Sinds eind vorig jaar vangt het Natuurhulpcentrum geregeld zieke steenmarters op met dezelfde symptomen. Na onderzoek blijkt het om een epidemie van hondenziekte te gaan.
Dat de steenmarter aan een geweldige opmars bezig is, hebben we al enkele jaren door. Oproepen over gewonde steenmarters zijn al lang geen uitzondering meer, in tegenstelling tot vroeger. Ook krijgen we dagelijks telefoontjes van mensen die problemen hebben met deze dieren: gerommel op de zolder, stukgebeten autokabels, doodgebeten kippen,…
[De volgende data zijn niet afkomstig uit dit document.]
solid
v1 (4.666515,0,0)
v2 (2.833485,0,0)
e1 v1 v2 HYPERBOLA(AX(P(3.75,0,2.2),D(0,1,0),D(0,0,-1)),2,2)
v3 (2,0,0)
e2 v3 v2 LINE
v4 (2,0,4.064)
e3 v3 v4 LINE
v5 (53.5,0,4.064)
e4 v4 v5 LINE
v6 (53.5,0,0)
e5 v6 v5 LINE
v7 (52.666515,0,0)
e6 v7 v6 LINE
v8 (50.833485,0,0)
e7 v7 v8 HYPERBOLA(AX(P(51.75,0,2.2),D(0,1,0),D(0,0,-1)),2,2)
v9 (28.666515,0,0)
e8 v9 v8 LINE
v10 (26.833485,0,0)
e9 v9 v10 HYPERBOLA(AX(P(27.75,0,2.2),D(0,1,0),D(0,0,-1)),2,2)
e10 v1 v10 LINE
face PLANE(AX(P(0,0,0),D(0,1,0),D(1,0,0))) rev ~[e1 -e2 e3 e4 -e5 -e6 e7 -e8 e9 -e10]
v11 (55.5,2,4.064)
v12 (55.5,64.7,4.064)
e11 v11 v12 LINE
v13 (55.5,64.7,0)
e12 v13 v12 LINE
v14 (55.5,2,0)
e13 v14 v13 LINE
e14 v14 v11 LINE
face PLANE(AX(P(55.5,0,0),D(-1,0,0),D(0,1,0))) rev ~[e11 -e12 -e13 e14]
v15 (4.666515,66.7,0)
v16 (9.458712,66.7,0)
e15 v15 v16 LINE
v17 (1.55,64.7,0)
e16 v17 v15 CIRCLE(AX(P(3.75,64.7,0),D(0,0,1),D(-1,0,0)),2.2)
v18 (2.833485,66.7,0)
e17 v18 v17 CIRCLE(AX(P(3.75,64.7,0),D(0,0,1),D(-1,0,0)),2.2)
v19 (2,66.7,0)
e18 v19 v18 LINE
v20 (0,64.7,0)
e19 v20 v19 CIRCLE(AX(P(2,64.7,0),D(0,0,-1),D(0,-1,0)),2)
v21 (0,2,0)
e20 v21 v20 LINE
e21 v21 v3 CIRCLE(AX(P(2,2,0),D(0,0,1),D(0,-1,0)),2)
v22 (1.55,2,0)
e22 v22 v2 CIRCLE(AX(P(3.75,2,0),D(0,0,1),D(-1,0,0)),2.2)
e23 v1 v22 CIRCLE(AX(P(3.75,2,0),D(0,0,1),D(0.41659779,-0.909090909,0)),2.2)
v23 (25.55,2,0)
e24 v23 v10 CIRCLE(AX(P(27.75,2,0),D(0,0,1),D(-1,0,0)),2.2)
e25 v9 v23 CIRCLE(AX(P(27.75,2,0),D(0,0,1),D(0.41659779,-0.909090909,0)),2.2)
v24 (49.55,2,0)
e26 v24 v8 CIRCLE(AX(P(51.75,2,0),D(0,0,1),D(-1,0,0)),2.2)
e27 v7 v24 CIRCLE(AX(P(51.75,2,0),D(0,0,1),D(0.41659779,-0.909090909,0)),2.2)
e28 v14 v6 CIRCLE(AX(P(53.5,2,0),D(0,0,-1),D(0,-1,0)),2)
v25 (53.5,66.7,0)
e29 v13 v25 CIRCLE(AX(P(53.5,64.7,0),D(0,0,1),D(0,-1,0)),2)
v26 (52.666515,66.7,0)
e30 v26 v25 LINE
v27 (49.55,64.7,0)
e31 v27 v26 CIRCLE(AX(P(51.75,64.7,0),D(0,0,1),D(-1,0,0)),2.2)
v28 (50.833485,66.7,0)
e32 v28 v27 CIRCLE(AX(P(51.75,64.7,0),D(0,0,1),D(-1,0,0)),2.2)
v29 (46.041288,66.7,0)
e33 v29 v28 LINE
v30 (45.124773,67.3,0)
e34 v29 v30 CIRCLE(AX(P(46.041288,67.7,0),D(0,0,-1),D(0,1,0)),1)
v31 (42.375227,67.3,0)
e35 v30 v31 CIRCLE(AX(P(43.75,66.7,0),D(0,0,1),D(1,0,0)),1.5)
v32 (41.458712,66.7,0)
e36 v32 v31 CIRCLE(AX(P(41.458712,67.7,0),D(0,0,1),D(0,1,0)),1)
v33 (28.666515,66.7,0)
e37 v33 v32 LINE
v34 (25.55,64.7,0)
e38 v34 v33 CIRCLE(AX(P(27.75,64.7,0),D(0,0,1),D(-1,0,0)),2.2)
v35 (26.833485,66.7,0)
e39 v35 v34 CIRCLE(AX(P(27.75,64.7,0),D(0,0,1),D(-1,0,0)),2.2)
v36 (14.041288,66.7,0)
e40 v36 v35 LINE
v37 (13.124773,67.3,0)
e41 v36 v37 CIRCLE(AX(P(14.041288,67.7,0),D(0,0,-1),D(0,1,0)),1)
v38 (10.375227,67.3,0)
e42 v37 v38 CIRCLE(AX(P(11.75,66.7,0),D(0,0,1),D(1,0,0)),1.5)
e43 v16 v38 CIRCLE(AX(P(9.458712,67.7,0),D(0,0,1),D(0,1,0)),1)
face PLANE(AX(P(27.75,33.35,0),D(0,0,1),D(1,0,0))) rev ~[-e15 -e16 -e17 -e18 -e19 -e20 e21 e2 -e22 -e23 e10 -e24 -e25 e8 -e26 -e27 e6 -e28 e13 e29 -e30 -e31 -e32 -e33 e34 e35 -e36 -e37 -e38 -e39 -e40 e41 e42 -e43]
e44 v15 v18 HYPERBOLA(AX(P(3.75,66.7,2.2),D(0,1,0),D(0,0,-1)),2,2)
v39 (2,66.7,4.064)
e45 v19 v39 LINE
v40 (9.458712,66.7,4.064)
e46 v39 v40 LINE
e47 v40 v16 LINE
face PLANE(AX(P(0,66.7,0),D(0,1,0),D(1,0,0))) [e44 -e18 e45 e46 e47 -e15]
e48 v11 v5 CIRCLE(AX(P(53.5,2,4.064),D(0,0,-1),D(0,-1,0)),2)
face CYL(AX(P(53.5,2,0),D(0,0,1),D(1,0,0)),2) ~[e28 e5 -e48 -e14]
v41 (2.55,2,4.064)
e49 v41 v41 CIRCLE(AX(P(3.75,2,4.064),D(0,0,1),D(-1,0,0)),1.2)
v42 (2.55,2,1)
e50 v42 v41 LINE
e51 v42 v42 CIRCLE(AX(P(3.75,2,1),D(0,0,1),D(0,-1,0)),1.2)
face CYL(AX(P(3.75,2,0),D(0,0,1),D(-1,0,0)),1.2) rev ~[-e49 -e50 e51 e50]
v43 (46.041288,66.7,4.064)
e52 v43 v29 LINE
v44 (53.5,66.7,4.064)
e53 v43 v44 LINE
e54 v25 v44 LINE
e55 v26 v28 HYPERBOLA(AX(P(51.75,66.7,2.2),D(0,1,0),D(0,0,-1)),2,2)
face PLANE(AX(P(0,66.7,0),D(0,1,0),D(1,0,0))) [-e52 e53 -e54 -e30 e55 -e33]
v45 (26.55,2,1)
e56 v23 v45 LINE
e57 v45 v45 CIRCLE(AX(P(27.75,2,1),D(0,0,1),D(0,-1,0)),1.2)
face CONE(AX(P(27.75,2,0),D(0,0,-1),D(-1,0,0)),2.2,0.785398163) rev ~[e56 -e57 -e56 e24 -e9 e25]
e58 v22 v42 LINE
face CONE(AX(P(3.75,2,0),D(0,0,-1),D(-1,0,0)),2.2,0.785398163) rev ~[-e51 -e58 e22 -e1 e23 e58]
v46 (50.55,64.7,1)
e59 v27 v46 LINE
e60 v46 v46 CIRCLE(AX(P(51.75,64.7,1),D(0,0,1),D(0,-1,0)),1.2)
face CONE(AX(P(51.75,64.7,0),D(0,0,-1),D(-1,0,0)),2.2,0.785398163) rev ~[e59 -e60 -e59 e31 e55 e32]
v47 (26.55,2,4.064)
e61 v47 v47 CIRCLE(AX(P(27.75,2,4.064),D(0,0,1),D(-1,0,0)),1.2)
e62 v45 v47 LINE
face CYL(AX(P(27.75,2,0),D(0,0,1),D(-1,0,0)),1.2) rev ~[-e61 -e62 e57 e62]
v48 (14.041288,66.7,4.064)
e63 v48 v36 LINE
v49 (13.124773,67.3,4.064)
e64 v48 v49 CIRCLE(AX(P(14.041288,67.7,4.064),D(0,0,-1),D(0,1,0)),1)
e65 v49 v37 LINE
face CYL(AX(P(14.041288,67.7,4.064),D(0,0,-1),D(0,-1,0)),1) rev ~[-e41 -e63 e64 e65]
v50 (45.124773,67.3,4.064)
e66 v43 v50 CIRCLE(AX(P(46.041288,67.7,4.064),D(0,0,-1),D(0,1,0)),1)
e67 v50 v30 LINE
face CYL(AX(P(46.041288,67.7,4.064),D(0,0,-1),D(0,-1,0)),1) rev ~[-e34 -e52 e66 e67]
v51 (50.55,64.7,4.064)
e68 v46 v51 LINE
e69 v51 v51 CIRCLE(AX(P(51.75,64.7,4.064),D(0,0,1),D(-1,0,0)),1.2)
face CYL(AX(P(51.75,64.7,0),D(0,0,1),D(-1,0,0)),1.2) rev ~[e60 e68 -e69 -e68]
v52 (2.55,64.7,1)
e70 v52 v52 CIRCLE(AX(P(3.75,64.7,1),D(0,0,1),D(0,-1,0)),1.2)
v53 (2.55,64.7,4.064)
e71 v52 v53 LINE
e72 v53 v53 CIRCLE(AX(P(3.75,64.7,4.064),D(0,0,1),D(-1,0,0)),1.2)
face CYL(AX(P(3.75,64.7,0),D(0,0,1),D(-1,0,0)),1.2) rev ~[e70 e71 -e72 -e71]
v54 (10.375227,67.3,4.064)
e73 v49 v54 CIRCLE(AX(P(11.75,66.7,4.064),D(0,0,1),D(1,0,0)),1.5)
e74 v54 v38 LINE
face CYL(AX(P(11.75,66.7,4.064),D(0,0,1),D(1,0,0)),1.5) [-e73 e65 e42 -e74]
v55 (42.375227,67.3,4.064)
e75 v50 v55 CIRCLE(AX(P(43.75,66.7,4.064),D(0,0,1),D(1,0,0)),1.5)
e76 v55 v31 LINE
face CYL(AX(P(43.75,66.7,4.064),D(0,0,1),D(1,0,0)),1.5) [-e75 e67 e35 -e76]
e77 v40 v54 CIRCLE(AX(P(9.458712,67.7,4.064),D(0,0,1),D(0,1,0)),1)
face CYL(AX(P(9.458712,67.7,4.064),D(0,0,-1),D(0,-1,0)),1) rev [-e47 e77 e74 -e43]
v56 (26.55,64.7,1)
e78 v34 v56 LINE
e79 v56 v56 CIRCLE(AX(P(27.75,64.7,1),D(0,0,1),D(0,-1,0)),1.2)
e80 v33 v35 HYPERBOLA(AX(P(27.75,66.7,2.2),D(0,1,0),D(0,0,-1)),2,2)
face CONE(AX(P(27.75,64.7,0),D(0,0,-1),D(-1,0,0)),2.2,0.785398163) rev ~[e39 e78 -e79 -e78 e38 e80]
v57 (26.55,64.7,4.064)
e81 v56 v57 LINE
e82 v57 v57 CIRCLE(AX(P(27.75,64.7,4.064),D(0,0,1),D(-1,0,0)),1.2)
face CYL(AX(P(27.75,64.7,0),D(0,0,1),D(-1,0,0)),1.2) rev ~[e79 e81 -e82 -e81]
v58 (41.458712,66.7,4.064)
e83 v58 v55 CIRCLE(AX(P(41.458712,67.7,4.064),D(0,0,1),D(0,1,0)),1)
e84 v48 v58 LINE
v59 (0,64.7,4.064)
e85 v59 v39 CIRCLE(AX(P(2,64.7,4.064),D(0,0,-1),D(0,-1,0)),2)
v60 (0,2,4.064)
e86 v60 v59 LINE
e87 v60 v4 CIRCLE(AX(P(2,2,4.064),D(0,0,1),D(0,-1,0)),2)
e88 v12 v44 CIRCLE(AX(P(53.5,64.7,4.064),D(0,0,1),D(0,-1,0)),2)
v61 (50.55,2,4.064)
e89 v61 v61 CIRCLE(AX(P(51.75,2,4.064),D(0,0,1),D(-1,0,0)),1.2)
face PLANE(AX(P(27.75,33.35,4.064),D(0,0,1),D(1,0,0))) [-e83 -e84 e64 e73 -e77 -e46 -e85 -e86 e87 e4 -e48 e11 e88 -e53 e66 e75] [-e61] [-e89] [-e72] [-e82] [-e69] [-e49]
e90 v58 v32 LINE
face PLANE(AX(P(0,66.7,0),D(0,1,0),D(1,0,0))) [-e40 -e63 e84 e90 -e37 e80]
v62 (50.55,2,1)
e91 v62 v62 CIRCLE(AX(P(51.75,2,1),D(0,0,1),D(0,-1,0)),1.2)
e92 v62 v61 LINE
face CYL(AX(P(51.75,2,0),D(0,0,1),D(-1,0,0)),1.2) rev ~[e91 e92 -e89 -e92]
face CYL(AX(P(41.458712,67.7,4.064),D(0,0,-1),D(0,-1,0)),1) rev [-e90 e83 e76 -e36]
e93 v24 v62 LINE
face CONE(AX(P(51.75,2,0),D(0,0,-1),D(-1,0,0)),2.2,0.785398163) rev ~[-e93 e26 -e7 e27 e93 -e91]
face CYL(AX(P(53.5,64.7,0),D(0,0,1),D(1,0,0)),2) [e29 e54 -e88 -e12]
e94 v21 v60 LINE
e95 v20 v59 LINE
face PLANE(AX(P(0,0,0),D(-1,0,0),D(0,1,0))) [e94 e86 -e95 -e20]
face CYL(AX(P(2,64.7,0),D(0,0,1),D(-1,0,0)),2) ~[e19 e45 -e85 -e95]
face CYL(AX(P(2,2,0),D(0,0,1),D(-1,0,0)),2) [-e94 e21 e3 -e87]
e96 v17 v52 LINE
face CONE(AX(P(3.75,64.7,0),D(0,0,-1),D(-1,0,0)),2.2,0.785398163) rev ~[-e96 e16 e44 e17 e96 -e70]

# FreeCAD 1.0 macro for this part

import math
import FreeCAD as App
import Part
import Sketcher

V = App.Vector


def edges_at(feature, points):
    """Names of the edges that pass closest to the given points."""
    edges = feature.Shape.Edges
    near = lambda p: min(range(len(edges)), key=lambda i: edges[i].distToShape(Part.Vertex(*p))[0])
    return sorted({f"Edge{near(p) + 1}" for p in points})

doc = App.newDocument("Part")
params = doc.addObject("Spreadsheet::Sheet", "Params")
for row, (alias, value) in enumerate([
    ("sketch1_width", "55.5 mm"),
    ("sketch1_height", "66.7 mm"),
    ("pad1_length", "4.064 mm"),
    ("sketch2_diameter", "2.4 mm"),
    ("hole_diameter", "2.4 mm"),
    ("hole_csink_diameter", "4.4 mm"),
    ("fillet_radius", "2 mm"),
    ("sketch3_radius", "1.5 mm"),
    ("pad2_length", "4.064 mm"),
    ("fillet2_radius", "1 mm"),
], start=1):
    params.set(f"A{row}", alias)
    params.set(f"B{row}", "=" + value)
    params.setAlias(f"B{row}", alias)

body = doc.addObject("PartDesign::Body", "Body")

# Sketch on XY plane
sketch1 = body.newObject("Sketcher::SketchObject", "Sketch")
sketch1.AttachmentSupport = (doc.getObject("XY_Plane"), [""])
sketch1.MapMode = "FlatFace"
sketch1.addGeometry([
    Part.LineSegment(V(0, 66.7, 0), V(0, 0, 0)),
    Part.LineSegment(V(0, 0, 0), V(55.5, 0, 0)),
    Part.LineSegment(V(55.5, 0, 0), V(55.5, 66.7, 0)),
    Part.LineSegment(V(55.5, 66.7, 0), V(0, 66.7, 0)),
], False)
sketch1.addConstraint([
    Sketcher.Constraint("Coincident", 0, 2, 1, 1),
    Sketcher.Constraint("Coincident", 1, 2, 2, 1),
    Sketcher.Constraint("Coincident", 2, 2, 3, 1),
    Sketcher.Constraint("Coincident", 3, 2, 0, 1),
    Sketcher.Constraint("Vertical", 0),
    Sketcher.Constraint("Horizontal", 1),
    Sketcher.Constraint("Vertical", 2),
    Sketcher.Constraint("Horizontal", 3),
    Sketcher.Constraint("Coincident", 0, 2, -1, 1),
    Sketcher.Constraint("DistanceX", 1, 1, 1, 2, 55.5),
    Sketcher.Constraint("DistanceY", 0, 2, 0, 1, 66.7),
])
sketch1.setExpression("Constraints[9]", "Params.sketch1_width")
sketch1.setExpression("Constraints[10]", "Params.sketch1_height")
pad1 = body.newObject("PartDesign::Pad", "Pad")
pad1.Profile = sketch1
pad1.setExpression("Length", "Params.pad1_length")

# Sketch on XY plane
sketch2 = body.newObject("Sketcher::SketchObject", "Sketch001")
sketch2.AttachmentSupport = (doc.getObject("XY_Plane"), [""])
sketch2.MapMode = "FlatFace"
sketch2.addGeometry([
    Part.Circle(V(3.75, 64.7, 0), V(0, 0, 1), 1.2),  # 0
    Part.Circle(V(27.75, 64.7, 0), V(0, 0, 1), 1.2),  # 1
    Part.Circle(V(51.75, 64.7, 0), V(0, 0, 1), 1.2),  # 2
    Part.Circle(V(3.75, 2, 0), V(0, 0, 1), 1.2),  # 3
    Part.Circle(V(27.75, 2, 0), V(0, 0, 1), 1.2),  # 4
    Part.Circle(V(51.75, 2, 0), V(0, 0, 1), 1.2),  # 5
], False)
sketch2.addConstraint([
    Sketcher.Constraint("Equal", 0, 1),
    Sketcher.Constraint("Equal", 1, 2),
    Sketcher.Constraint("Equal", 2, 3),
    Sketcher.Constraint("Equal", 3, 4),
Door deze problemen zijn marters niet door iedereen even geliefd. Het proberen te verdelgen van marters, zoals mensen vaak vragen, is om te beginnen bijna onmogelijk, maar heeft bovendien absoluut geen zin, integendeel. Het vrijgekomen territorium wordt snel ingenomen door een nieuwe marter en de problemen beginnen van voor af aan. Gelukkig bestaan voor alle marterproblemen diervriendelijke alternatieven, zoals een speciale marterspray die een geurstof produceert waar deze dieren niet tegen kunnen, of een toestel dat ultrasone geluidsgolven uitzendt die onhoorbaar zijn voor mensen, maar ondraaglijk voor marters.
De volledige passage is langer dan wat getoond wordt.